O livro termina com uma revelação mais ou menos imprevisível. O detalhe revelado muda um pouco, retroativamente, as tons e as cores de determinadas cenas, mas o quebra-cabeças de toda a narrativa continua com a mesma figura. É deveras estranha, nos Meneses, essa ideia de família viajando através da carne. Há em toda a história da família um tanto de mistério — sempre o inevitável mistério que nos afasta de nossos antepassados mais distantes ao mesmo tempo em que, por ser da ordem do indizível, reforça os laços da carne — uma carne cega, bruta, insaciável.
A desolação toma conta das últimas páginas do livro. Desolados, assistimos ao conturbado e triste velório de Nina. Mas a tristeza que toma conta da narrativa não é a que frequenta as famílias enlutadas. Não é só essa, pelo menos. É a tristeza de uma desorientação profunda que toma de assalto todos os personagens. Se cada família infeliz é infeliz à sua própria maneira, é preciso convir: que maneira mais horrenda, essa, de buscar a infelicidade! Eis um quadro dantesco, pintado com mãos de artista por Lúcio Cardoso: a casa devassada pela massa curiosa dos vizinhos, o barão finalmente por ali, num canto, o cadáver fétido sobre a mesa, as roupas da falecida derramadas sobre o chão e dois irmãos que se atracam na frente de todos — não para um abraço de consolação, mas para dar violenta vazão à raiva guardada na garganta há muitas décadas.

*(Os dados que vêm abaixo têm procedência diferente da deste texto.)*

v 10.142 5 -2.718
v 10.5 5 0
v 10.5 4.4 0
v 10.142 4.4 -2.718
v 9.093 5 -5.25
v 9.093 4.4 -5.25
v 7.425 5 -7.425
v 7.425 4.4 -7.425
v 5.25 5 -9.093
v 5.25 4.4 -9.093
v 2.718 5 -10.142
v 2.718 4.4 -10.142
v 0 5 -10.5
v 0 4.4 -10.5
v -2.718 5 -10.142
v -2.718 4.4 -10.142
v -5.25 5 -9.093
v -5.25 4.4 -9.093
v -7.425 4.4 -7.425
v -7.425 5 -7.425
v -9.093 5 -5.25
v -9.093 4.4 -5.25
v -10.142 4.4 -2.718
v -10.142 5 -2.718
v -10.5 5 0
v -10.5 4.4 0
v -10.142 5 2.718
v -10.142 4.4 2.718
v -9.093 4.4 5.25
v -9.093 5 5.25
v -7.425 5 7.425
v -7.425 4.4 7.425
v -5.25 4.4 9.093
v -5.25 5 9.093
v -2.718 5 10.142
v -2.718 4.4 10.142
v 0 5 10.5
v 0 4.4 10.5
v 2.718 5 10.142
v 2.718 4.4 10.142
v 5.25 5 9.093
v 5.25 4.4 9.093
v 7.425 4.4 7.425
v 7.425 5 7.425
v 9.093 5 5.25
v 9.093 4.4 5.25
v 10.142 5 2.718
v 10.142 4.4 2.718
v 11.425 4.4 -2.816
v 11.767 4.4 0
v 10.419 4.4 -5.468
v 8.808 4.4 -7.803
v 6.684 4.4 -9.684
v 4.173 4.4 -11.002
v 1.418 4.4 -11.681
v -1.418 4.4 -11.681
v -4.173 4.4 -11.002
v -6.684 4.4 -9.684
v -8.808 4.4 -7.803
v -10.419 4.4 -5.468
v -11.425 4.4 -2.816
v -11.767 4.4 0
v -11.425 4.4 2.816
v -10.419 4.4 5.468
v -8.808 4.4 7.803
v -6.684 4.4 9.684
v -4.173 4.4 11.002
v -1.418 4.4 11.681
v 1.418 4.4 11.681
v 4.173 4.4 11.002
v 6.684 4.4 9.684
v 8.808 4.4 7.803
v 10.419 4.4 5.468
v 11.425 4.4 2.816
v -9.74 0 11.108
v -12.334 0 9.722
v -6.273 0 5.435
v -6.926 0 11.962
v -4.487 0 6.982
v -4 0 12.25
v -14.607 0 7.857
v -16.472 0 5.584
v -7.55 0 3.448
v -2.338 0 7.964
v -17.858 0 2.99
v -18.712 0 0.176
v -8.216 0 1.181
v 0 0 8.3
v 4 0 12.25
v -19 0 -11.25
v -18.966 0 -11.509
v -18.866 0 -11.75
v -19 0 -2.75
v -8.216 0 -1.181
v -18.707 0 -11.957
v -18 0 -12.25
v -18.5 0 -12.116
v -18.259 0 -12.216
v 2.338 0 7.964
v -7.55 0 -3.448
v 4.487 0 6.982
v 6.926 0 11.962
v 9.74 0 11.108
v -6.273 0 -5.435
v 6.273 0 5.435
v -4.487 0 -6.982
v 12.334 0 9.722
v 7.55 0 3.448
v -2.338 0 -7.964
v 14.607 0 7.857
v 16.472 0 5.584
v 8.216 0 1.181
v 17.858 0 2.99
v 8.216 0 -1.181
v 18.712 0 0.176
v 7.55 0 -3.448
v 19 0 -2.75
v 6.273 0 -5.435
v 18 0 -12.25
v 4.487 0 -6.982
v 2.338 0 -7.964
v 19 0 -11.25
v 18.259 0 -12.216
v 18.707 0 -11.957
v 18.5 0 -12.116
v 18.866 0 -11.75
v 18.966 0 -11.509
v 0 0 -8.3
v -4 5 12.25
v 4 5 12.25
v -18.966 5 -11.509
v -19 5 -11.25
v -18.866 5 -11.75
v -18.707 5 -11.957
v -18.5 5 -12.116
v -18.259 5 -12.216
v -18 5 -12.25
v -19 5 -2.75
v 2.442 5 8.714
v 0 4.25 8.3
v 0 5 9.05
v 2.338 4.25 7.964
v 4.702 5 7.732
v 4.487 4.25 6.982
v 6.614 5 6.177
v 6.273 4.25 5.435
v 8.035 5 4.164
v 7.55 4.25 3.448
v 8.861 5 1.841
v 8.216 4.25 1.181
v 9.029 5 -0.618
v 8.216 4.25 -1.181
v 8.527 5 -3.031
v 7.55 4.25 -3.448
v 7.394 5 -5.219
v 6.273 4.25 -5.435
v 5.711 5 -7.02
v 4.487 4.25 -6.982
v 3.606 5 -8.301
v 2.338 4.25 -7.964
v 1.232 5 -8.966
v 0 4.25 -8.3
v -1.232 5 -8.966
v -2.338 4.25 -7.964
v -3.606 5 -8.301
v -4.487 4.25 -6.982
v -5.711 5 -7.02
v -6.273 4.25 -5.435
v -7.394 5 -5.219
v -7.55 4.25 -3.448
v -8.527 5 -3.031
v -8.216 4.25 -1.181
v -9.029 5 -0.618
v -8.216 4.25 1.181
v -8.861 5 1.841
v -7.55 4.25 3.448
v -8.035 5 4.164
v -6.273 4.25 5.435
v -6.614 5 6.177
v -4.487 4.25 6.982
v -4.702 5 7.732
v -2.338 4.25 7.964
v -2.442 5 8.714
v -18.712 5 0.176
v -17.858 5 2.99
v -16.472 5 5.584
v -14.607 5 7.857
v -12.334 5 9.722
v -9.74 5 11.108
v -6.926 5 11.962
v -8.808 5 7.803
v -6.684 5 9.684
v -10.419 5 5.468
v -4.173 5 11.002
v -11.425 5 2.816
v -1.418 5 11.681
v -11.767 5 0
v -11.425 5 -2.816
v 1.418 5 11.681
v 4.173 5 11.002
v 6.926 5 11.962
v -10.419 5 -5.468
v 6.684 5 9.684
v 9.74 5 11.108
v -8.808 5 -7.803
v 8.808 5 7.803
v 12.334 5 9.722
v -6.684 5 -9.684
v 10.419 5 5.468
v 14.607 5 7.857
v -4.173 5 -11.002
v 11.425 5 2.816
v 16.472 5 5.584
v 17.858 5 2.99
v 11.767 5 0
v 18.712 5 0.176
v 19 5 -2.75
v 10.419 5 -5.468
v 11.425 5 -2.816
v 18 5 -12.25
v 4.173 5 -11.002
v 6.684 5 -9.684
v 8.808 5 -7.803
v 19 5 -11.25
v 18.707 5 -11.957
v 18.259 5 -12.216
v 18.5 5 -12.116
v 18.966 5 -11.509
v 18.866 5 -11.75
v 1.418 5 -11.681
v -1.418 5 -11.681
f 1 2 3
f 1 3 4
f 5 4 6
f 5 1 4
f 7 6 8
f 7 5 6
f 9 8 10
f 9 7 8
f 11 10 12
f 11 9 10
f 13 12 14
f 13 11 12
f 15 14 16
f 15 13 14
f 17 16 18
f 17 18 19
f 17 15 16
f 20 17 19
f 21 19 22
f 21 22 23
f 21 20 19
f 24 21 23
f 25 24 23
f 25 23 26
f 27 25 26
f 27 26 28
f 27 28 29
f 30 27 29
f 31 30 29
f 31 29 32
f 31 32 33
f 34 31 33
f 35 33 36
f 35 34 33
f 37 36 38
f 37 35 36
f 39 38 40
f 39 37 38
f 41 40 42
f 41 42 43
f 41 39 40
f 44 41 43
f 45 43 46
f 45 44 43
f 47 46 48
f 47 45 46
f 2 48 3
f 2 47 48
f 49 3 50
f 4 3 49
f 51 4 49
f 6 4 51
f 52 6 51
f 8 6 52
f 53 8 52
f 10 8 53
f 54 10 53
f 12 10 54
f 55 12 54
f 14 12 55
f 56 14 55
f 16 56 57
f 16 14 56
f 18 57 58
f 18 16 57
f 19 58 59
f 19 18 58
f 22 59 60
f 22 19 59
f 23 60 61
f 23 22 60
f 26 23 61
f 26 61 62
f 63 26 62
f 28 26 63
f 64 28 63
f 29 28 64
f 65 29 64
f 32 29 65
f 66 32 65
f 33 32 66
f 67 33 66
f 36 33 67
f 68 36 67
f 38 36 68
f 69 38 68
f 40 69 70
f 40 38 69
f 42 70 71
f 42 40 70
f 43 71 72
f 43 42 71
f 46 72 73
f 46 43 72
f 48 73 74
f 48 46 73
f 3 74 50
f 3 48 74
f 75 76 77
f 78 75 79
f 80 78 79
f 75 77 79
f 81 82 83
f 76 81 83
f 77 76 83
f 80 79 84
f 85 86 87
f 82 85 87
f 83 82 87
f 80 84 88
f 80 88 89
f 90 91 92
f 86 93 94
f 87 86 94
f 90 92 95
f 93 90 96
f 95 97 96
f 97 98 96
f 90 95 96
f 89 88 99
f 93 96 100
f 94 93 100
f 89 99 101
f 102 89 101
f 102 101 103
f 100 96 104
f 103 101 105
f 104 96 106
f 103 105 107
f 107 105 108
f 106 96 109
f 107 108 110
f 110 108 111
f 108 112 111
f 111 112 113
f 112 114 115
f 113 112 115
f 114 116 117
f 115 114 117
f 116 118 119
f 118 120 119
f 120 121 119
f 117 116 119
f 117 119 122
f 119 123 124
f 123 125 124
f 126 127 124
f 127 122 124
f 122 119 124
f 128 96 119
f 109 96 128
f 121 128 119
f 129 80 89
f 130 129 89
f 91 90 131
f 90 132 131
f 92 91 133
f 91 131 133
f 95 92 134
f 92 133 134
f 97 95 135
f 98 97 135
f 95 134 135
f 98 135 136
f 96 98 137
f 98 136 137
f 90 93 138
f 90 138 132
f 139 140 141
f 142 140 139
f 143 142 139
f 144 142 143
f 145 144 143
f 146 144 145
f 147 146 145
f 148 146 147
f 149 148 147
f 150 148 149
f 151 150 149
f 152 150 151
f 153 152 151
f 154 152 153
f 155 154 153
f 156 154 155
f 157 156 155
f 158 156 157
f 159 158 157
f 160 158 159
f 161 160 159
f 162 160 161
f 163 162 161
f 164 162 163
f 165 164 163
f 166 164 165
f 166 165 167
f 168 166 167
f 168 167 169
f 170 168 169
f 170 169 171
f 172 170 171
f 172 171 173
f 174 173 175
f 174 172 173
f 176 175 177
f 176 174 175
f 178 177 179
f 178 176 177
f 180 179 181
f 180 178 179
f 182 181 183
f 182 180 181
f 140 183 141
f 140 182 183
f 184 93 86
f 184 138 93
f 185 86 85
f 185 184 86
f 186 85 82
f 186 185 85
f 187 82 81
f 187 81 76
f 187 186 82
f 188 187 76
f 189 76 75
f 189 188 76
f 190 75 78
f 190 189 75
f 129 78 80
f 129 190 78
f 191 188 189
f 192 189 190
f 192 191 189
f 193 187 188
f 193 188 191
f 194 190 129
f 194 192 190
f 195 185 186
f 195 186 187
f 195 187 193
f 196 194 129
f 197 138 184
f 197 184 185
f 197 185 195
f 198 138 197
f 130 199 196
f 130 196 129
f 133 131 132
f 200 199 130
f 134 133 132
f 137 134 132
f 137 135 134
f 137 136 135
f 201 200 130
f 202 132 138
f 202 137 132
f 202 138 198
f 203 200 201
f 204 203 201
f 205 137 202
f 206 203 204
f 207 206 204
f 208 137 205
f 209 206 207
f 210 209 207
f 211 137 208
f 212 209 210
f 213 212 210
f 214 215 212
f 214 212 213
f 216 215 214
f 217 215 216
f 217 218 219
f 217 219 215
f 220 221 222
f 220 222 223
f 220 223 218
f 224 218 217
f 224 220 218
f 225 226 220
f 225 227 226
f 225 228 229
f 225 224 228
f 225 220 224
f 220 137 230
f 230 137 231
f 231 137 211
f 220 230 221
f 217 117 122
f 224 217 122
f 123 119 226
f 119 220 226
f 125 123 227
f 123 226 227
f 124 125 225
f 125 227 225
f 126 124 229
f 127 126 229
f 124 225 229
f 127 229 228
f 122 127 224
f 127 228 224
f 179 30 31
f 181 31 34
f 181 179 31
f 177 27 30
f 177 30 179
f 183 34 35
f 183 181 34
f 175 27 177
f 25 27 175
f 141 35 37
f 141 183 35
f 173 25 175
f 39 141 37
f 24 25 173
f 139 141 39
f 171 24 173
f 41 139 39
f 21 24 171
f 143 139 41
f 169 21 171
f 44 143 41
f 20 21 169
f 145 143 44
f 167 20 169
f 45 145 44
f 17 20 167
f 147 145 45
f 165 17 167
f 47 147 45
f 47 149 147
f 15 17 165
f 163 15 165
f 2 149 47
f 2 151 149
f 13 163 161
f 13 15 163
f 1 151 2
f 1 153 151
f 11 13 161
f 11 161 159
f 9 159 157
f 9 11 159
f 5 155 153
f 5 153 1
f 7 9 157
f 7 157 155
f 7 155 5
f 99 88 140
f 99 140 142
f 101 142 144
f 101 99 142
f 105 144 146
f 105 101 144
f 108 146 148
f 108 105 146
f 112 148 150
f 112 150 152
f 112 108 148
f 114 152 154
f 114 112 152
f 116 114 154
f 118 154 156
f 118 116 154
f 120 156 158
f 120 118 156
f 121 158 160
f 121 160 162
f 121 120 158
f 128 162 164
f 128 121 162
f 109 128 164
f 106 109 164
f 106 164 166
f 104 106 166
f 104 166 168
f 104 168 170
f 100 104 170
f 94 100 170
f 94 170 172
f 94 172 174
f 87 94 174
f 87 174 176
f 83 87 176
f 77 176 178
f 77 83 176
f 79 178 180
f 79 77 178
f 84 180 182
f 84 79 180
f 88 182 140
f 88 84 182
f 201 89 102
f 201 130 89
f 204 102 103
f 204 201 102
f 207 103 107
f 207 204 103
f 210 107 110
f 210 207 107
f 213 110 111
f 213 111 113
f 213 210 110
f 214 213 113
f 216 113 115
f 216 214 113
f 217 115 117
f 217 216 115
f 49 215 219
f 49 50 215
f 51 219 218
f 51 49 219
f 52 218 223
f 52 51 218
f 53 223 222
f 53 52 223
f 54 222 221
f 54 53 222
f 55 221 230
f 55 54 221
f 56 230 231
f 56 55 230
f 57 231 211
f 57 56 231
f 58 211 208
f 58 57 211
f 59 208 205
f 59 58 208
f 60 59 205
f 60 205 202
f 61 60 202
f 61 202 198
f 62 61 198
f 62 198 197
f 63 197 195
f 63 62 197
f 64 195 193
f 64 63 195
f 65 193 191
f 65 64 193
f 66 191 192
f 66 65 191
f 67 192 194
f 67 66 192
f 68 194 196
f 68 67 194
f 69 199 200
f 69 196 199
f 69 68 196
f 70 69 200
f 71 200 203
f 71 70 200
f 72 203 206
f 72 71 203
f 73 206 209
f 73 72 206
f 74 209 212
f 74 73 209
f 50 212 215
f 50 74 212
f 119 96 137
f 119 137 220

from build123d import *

# Parameters (mm, degrees)
SKETCH1_W           = 38
SKETCH1_H           = 24.5
SKETCH1_R           = 8.3
BOSS_EXTRUDE1_DEPTH = 5
FILLET1_R           = 15
FILLET2_R           = 1
CHAMFER1_SIZE       = 0.75
SKETCH3_W           = 1.267094865
SKETCH3_H           = 1.151259449


with BuildPart() as part:
    # Sketch1 → Boss-Extrude1 (new body)
    with BuildSketch(Plane(origin=(0, 0, 0), x_dir=(1, 0, 0), z_dir=(0, 1, 0))):
        Rectangle(SKETCH1_W, SKETCH1_H)
        with Locations(Location((0, 0, 0), (0, 0, 270))):
            Circle(SKETCH1_R, mode=Mode.SUBTRACT)
    extrude(amount=BOSS_EXTRUDE1_DEPTH)

    # Fillet1
    fillet1_edges = [part.edges().sort_by_distance(p)[0] for p in [
        (19, 2.5, 12.25),
        (-19, 2.5, 12.25),
    ]]
    fillet(fillet1_edges, radius=FILLET1_R)

    # Fillet2
    fillet2_edges = [part.edges().sort_by_distance(p)[0] for p in [
        (-19, 2.5, -12.25),
        (19, 2.5, -12.25),
    ]]
    fillet(fillet2_edges, radius=FILLET2_R)

    # Chamfer1
    chamfer1_edges = [part.edges().sort_by_distance(p)[0] for p in [
        (0, 5, -8.3),
    ]]
    chamfer(chamfer1_edges, length=CHAMFER1_SIZE)

    # o-ring: sweep along a path in Sketch4
    with BuildLine(Plane(origin=(0, 5, 0), x_dir=(1, 0, 0), z_dir=(0, 1, 0))) as o_ring_path:
        CenterArc((0, 0), 11, 0, 360)
    # Sketch3 → o-ring (sweep, cut)
    with BuildSketch(Plane.XY):
        with Locations((-11.133547433, 4.975629725)):
            Rectangle(SKETCH3_W, SKETCH3_H)
    sweep(path=o_ring_path.line, mode=Mode.SUBTRACT)


solid = part.part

Ao fim e ao cabo, o desfecho do livro, trágico como cada uma de suas linhas, evoca a última frase de Cem Anos de Solidão, de Gabriel García Márquez (lançado oito anos depois): “as estirpes condenadas a cem anos de solidão não tinham uma segunda oportunidade sobre a terra”. Os Meneses não terão uma segunda oportunidade. André, a promessa de continuidade, não estava verdadeiramente enraizado na carne dos Meneses. Nem na carne e nem no Espírito. Era — é o que descobrimos — o resultado do estranho e surdo encontro, num canto tenso daquela chácara amaldiçoada, entre a mais murcha das flores e a mais breve das estrelas cadentes.